GoogleCloudPlatform / cloud-profiler-python

Stackdriver Profiler Python agent is a tool that continuously gathers CPU usage information from Python applications
Apache License 2.0
27 stars 23 forks source link

[Wall time] Google Cloud Profiler Strange Behavior With Python time.sleep() #134

Open crimsonaltima opened 1 year ago

crimsonaltima commented 1 year ago

I have been experimenting with Google Cloud Profiler and Python.

I wanted to know if it was a reliable way to measure how long a function takes to run that contains sleep commands.

I have a gist with 3 sample scripts with slight variations. Mostly the same with differing wait times.

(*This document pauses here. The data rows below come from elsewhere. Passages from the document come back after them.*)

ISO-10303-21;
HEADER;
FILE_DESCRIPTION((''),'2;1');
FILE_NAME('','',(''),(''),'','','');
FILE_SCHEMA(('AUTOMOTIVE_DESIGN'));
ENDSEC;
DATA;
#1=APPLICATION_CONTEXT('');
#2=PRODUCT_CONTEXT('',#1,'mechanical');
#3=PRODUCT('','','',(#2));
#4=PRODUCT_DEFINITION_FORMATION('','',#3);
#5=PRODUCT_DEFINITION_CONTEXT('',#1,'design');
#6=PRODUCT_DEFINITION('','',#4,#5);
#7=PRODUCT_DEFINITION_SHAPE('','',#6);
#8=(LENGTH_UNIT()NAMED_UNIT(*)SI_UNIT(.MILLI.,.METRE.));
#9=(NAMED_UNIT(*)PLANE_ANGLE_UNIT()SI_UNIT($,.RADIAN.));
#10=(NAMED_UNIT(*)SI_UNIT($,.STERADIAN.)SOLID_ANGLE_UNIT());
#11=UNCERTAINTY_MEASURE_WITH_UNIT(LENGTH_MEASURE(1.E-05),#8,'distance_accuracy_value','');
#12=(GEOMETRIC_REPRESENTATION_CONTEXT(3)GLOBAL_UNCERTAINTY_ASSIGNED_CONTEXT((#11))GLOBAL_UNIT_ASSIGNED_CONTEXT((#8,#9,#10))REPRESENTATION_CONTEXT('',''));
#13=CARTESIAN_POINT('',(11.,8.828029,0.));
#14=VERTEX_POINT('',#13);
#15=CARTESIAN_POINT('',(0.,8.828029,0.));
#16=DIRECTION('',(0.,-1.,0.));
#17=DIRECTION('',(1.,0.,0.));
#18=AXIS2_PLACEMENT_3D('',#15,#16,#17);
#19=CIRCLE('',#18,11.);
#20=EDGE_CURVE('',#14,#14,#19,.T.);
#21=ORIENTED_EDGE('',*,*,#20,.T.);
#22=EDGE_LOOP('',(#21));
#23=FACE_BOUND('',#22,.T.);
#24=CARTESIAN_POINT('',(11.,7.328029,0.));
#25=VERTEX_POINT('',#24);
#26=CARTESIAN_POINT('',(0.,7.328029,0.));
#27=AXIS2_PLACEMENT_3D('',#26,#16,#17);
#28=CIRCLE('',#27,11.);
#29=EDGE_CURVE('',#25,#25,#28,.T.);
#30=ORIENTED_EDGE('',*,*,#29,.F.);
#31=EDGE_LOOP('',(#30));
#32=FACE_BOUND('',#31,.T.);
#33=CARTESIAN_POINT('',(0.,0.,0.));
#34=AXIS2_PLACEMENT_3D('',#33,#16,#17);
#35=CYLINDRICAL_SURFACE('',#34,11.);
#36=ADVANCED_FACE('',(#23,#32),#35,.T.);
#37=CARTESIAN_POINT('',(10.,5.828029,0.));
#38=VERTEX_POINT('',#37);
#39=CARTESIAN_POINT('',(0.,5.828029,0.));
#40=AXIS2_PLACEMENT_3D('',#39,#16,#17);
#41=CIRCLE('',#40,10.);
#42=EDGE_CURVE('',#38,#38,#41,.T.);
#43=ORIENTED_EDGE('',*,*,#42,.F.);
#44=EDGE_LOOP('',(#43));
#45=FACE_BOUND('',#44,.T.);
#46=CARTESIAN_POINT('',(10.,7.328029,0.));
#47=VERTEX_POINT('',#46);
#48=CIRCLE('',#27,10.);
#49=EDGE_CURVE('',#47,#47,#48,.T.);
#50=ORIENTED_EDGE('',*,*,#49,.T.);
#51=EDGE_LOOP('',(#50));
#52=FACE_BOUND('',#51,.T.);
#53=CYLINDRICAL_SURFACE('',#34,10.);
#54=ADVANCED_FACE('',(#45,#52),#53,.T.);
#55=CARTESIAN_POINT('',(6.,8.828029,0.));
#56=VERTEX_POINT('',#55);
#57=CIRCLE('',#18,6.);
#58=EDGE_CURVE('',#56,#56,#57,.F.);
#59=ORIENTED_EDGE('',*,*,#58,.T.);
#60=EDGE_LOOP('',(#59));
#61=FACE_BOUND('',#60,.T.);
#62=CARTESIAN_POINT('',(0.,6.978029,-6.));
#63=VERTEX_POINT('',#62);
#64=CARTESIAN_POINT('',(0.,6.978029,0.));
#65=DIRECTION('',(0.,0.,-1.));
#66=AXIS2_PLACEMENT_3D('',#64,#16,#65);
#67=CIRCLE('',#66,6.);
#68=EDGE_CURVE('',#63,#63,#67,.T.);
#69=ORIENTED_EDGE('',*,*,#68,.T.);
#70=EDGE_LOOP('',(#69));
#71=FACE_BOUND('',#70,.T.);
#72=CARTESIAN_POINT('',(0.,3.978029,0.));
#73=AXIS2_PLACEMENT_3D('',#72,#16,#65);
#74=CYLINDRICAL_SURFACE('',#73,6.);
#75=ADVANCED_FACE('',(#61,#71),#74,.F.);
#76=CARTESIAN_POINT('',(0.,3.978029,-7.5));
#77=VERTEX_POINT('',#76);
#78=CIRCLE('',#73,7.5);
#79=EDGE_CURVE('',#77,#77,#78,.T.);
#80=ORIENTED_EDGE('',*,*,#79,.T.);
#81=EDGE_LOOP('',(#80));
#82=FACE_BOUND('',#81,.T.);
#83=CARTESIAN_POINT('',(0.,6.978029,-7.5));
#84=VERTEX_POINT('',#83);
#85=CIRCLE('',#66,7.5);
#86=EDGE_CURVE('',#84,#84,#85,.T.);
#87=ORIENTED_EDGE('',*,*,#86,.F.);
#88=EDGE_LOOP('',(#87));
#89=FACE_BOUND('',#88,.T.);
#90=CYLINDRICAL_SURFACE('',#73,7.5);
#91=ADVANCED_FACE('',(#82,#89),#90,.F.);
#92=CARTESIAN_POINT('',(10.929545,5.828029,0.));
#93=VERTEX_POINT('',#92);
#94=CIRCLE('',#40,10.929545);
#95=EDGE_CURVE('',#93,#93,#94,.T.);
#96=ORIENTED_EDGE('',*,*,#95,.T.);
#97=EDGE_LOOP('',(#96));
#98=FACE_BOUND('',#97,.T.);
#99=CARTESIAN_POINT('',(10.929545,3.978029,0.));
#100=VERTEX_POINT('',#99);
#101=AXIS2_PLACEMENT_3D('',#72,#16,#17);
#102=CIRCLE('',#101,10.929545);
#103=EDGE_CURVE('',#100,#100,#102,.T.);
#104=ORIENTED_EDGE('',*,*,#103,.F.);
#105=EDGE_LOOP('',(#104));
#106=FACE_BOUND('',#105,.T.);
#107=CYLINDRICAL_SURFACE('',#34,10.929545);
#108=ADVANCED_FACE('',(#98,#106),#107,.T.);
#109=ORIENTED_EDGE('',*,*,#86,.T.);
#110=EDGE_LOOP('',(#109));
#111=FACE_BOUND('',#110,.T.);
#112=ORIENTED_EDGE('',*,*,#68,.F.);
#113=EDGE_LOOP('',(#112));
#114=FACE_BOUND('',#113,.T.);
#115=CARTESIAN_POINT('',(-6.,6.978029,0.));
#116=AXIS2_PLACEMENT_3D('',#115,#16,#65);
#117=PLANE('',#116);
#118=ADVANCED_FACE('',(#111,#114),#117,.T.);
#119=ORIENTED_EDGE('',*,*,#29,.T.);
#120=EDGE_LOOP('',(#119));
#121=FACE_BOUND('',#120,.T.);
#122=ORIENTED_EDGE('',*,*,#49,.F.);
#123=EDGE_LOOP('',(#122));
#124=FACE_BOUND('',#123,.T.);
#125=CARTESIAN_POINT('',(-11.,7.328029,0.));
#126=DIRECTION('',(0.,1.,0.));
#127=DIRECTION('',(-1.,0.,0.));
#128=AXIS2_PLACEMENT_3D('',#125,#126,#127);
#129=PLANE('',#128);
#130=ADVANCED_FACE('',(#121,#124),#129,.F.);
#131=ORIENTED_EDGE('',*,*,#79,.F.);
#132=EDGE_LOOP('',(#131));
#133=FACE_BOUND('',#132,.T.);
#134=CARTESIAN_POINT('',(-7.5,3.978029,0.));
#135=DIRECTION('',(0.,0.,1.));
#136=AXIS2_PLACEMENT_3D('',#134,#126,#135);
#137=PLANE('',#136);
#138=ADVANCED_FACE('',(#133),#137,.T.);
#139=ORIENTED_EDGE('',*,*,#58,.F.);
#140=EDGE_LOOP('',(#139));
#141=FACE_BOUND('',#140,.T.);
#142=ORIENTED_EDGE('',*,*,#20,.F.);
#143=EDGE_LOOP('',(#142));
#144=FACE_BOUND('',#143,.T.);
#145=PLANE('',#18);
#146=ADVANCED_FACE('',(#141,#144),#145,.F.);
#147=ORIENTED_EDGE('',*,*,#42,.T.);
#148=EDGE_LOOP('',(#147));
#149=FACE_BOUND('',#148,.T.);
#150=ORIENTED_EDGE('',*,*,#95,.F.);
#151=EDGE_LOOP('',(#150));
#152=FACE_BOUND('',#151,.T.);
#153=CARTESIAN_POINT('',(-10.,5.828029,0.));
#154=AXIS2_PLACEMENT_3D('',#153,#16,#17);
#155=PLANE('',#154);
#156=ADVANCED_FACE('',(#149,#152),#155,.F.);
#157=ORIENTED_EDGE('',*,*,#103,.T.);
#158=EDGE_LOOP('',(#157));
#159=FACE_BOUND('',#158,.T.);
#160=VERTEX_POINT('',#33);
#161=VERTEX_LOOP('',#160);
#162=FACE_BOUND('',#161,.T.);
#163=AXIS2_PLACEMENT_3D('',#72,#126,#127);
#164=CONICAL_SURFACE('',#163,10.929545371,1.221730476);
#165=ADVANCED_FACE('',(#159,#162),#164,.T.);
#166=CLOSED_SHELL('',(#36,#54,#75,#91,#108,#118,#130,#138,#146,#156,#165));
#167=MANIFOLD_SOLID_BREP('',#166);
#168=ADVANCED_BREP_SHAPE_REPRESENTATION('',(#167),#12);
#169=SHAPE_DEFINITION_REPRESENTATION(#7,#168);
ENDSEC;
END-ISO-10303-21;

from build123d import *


with BuildPart() as part:
    # Sketch1 → Revolve1 (revolve)
    with BuildSketch(Plane.XY):
        Polygon((0, 0), (0, 8.828029189), (-11, 8.828029189), (-11, 7.328029189), (-10, 7.328029189), (-10, 5.828029189), (-10.929545371, 5.828029189), (-10.929545371, 3.978029189), align=None)
    revolve(axis=Axis((0, 0, 0), (0, 1, 0)))

    # Sketch2 → Cut-Revolve1 (revolve, cut)
    with BuildSketch(Plane.XY):
        Polygon((0, 3.978029189), (0, 9.978029189), (-6, 9.978029189), (-6, 6.978029189), (-7.5, 6.978029189), (-7.5, 3.978029189), align=None)
    revolve(axis=Axis((0, 3.978029189, 0), (0, 1, 0)), mode=Mode.SUBTRACT)


solid = part.part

The last is similar to the second except in the main loop it calls step1 multiple times at the end. https://gist.github.com/crimsonaltima/402b41ee23be20491d73f97832c0c017

Running these, produce the following results. Seq1

Screen Shot 2023-03-28 at 3 24 37 PM

Seq2

Screen Shot 2023-03-28 at 3 24 21 PM

Seq3

Screen Shot 2023-03-28 at 3 24 48 PM

One thing I find odd about the profiler is that it shows a max duration of 10 seconds. Despite some functions sleeping for over 25 seconds. Is there an explanation for this? While the bar sizes are accurate relative to their sleep time, it does not show exactly how long a function takes.

A second question, in mainseq3.py I call step 1 multiple times and noticed that all the steps1s were merged into a single bar and there is no distinction as for if this was the first call to step1 or a latter. Is that expected behavior?

A lesser question I have is does time.sleep(...) have odd effects on the profiler? I noticed the script with the really long sleep times took a very long time to begin uploading data to google cloud profiler.

aabmass commented 1 year ago

One thing I find odd about the profiler is that it shows a max duration of 10 seconds. Despite some functions sleeping for over 25 seconds. Is there an explanation for this? While the bar sizes are accurate relative to their sleep time, it does not show exactly how long a function takes.

This profiler is a sampling aka continuous profiler, meaning that it periodically checks what code is being executed. Compare this to deterministic profiling where every call is traced. The result is exactly what you found, the bar sizes are correct relative to each other but don't add up to true wall time as they only represent samples. Check out this doc for more discussion on how this works and what it's useful for.

A second question, in mainseq3.py I call step 1 multiple times and noticed that all the steps1s were merged into a single bar and there is no distinction as for if this was the first call to step1 or a latter. Is that expected behavior?

For now, the UI does not distinguish between different line numbers in a function.

A lesser question I have is does time.sleep(...) have odd effects on the profiler? I noticed the script with the really long sleep times took a very long time to begin uploading data to google cloud profiler.

If you are using the wall profiler, it should not have any effect afaik. The amount of time before uploading could be caused by many factors.